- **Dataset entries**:
╭──

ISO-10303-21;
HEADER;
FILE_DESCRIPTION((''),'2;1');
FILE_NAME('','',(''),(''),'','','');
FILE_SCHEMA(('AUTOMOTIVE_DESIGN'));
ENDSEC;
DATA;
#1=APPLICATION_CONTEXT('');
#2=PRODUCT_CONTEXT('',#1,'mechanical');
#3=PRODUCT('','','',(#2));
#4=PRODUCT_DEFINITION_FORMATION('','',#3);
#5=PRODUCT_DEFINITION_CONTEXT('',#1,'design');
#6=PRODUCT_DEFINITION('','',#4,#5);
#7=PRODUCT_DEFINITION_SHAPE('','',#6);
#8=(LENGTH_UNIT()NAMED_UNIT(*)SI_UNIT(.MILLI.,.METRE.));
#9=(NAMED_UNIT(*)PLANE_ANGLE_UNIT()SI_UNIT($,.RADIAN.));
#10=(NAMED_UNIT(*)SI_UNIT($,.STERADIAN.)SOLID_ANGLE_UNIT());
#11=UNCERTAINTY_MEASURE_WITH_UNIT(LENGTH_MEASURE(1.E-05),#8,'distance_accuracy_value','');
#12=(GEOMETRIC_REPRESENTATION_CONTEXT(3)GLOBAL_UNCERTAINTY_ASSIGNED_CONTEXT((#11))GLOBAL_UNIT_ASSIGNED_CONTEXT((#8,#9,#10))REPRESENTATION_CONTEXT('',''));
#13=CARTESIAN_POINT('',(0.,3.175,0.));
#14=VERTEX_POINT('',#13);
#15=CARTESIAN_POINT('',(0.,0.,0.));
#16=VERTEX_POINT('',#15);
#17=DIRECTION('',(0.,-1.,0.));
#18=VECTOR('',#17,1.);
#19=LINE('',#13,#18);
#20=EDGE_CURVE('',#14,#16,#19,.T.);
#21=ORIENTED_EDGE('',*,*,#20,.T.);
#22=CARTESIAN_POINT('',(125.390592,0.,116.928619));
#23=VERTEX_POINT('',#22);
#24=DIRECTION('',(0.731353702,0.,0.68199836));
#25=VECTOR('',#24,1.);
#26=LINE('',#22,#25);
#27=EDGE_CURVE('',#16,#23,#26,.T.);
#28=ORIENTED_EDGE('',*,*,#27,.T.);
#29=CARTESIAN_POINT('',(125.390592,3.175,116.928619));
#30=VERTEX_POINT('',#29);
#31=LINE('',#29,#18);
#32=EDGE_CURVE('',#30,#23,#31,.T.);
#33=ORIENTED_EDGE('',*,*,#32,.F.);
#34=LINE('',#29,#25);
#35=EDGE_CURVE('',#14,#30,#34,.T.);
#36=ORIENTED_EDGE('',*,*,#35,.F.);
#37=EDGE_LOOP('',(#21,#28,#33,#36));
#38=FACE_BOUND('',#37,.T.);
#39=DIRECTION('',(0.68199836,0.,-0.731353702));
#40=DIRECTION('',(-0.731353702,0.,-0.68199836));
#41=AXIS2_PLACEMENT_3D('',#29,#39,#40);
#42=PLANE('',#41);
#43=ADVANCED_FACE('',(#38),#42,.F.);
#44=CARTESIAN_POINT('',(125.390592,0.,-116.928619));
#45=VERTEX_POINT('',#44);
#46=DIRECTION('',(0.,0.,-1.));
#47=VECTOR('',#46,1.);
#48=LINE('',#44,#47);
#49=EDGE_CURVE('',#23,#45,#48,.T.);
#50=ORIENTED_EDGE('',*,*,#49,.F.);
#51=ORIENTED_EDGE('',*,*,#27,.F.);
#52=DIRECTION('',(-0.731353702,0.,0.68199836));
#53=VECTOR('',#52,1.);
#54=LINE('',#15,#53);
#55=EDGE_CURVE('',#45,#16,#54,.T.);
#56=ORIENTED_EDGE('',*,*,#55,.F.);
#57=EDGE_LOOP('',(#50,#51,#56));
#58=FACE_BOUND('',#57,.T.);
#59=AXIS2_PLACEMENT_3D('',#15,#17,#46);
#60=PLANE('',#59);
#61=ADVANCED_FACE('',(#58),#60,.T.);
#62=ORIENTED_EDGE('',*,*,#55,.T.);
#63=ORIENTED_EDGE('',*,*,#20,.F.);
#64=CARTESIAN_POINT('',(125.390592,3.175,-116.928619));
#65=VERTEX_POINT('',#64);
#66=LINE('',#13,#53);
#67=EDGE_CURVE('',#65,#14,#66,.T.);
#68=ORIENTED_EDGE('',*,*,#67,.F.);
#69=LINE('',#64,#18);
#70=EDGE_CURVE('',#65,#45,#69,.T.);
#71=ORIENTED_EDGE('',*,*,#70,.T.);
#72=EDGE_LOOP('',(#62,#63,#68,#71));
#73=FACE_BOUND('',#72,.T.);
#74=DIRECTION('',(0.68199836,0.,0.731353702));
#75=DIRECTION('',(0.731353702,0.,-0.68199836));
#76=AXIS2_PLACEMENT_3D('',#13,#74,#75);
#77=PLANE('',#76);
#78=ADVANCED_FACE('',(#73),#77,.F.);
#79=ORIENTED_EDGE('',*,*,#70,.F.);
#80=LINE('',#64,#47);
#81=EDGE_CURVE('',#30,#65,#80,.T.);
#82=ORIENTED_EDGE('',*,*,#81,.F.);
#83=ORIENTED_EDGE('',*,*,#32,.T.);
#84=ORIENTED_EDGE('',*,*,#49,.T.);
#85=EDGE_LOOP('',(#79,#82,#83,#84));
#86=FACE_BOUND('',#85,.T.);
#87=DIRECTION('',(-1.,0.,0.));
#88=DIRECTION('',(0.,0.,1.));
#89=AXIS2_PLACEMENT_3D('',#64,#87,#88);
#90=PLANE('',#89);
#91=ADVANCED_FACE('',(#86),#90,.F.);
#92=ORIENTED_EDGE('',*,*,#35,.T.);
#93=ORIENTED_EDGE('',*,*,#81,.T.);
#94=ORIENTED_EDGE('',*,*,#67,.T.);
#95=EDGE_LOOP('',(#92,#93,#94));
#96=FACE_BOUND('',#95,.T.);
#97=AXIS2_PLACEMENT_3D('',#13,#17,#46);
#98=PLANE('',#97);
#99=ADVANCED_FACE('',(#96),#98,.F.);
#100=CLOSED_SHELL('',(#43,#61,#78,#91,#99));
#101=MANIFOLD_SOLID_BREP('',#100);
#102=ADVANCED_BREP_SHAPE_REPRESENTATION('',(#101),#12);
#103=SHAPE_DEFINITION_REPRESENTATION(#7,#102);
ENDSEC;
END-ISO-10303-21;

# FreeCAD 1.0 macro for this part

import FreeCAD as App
import Part
import Sketcher
from FreeCAD import Vector
Q = App.Units.Quantity


def add_polygon(sketch, points):
    """Adds a closed chain of lines whose ends are joined by coincident constraints."""
    first, n = sketch.GeometryCount, len(points)
    for a, b in zip(points, points[1:] + points[:1]):
        sketch.addGeometry(Part.LineSegment(App.Vector(*a, 0), App.Vector(*b, 0)), False)
    for i in range(n):
        sketch.addConstraint(Sketcher.Constraint("Coincident", first + i, 2, first + (i + 1) % n, 1))

doc = App.newDocument("Part")
params = doc.addObject("Spreadsheet::Sheet", "Params")
for row, (alias, value) in enumerate([
    ("sketch1_length", "6.75 in"),
    ("pad1_length", "0.125 in"),
], start=1):
    params.set(f"A{row}", alias)
    params.set(f"B{row}", "=" + value)
    params.setAlias(f"B{row}", alias)

body = doc.addObject("PartDesign::Body", "Body")

sketch1 = doc.addObject("Sketcher::SketchObject", "Sketch")
body.addObject(sketch1)
sketch1.AttachmentSupport = (doc.XZ_Plane, [""])
sketch1.MapMode = "FlatFace"
add_polygon(sketch1, [(125, -117), (0, 0), (125, 117)])
sketch1.addConstraint([
    Sketcher.Constraint("Vertical", 2),
    Sketcher.Constraint("Coincident", 0, 2, -1, 1),
    Sketcher.Constraint("Equal", 0, 1),
    Sketcher.Constraint("Angle", 0, Q("137 deg")),
    Sketcher.Constraint("Distance", 0, Q("6.75 in")),
])
sketch1.setExpression("Constraints[7]", "Params.sketch1_length")
pad1 = doc.addObject("PartDesign::Pad", "Pad")
body.addObject(pad1)
pad1.Profile = sketch1
pad1.setExpression("Length", "Params.pad1_length")
pad1.Reversed = True

doc.recompute()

╰──

Using the data above, transcribe the lines that run from the line with "#33=ORIENTED_EDGE('',*,*,#32,.F.);" to the line with "#41=AXIS2_PLACEMENT_3D('',#29,#39,#40);", both ends kept, and output nothing else.

- **Exercise result**:
#33=ORIENTED_EDGE('',*,*,#32,.F.);
#34=LINE('',#29,#25);
#35=EDGE_CURVE('',#14,#30,#34,.T.);
#36=ORIENTED_EDGE('',*,*,#35,.F.);
#37=EDGE_LOOP('',(#21,#28,#33,#36));
#38=FACE_BOUND('',#37,.T.);
#39=DIRECTION('',(0.68199836,0.,-0.731353702));
#40=DIRECTION('',(-0.731353702,0.,-0.68199836));
#41=AXIS2_PLACEMENT_3D('',#29,#39,#40);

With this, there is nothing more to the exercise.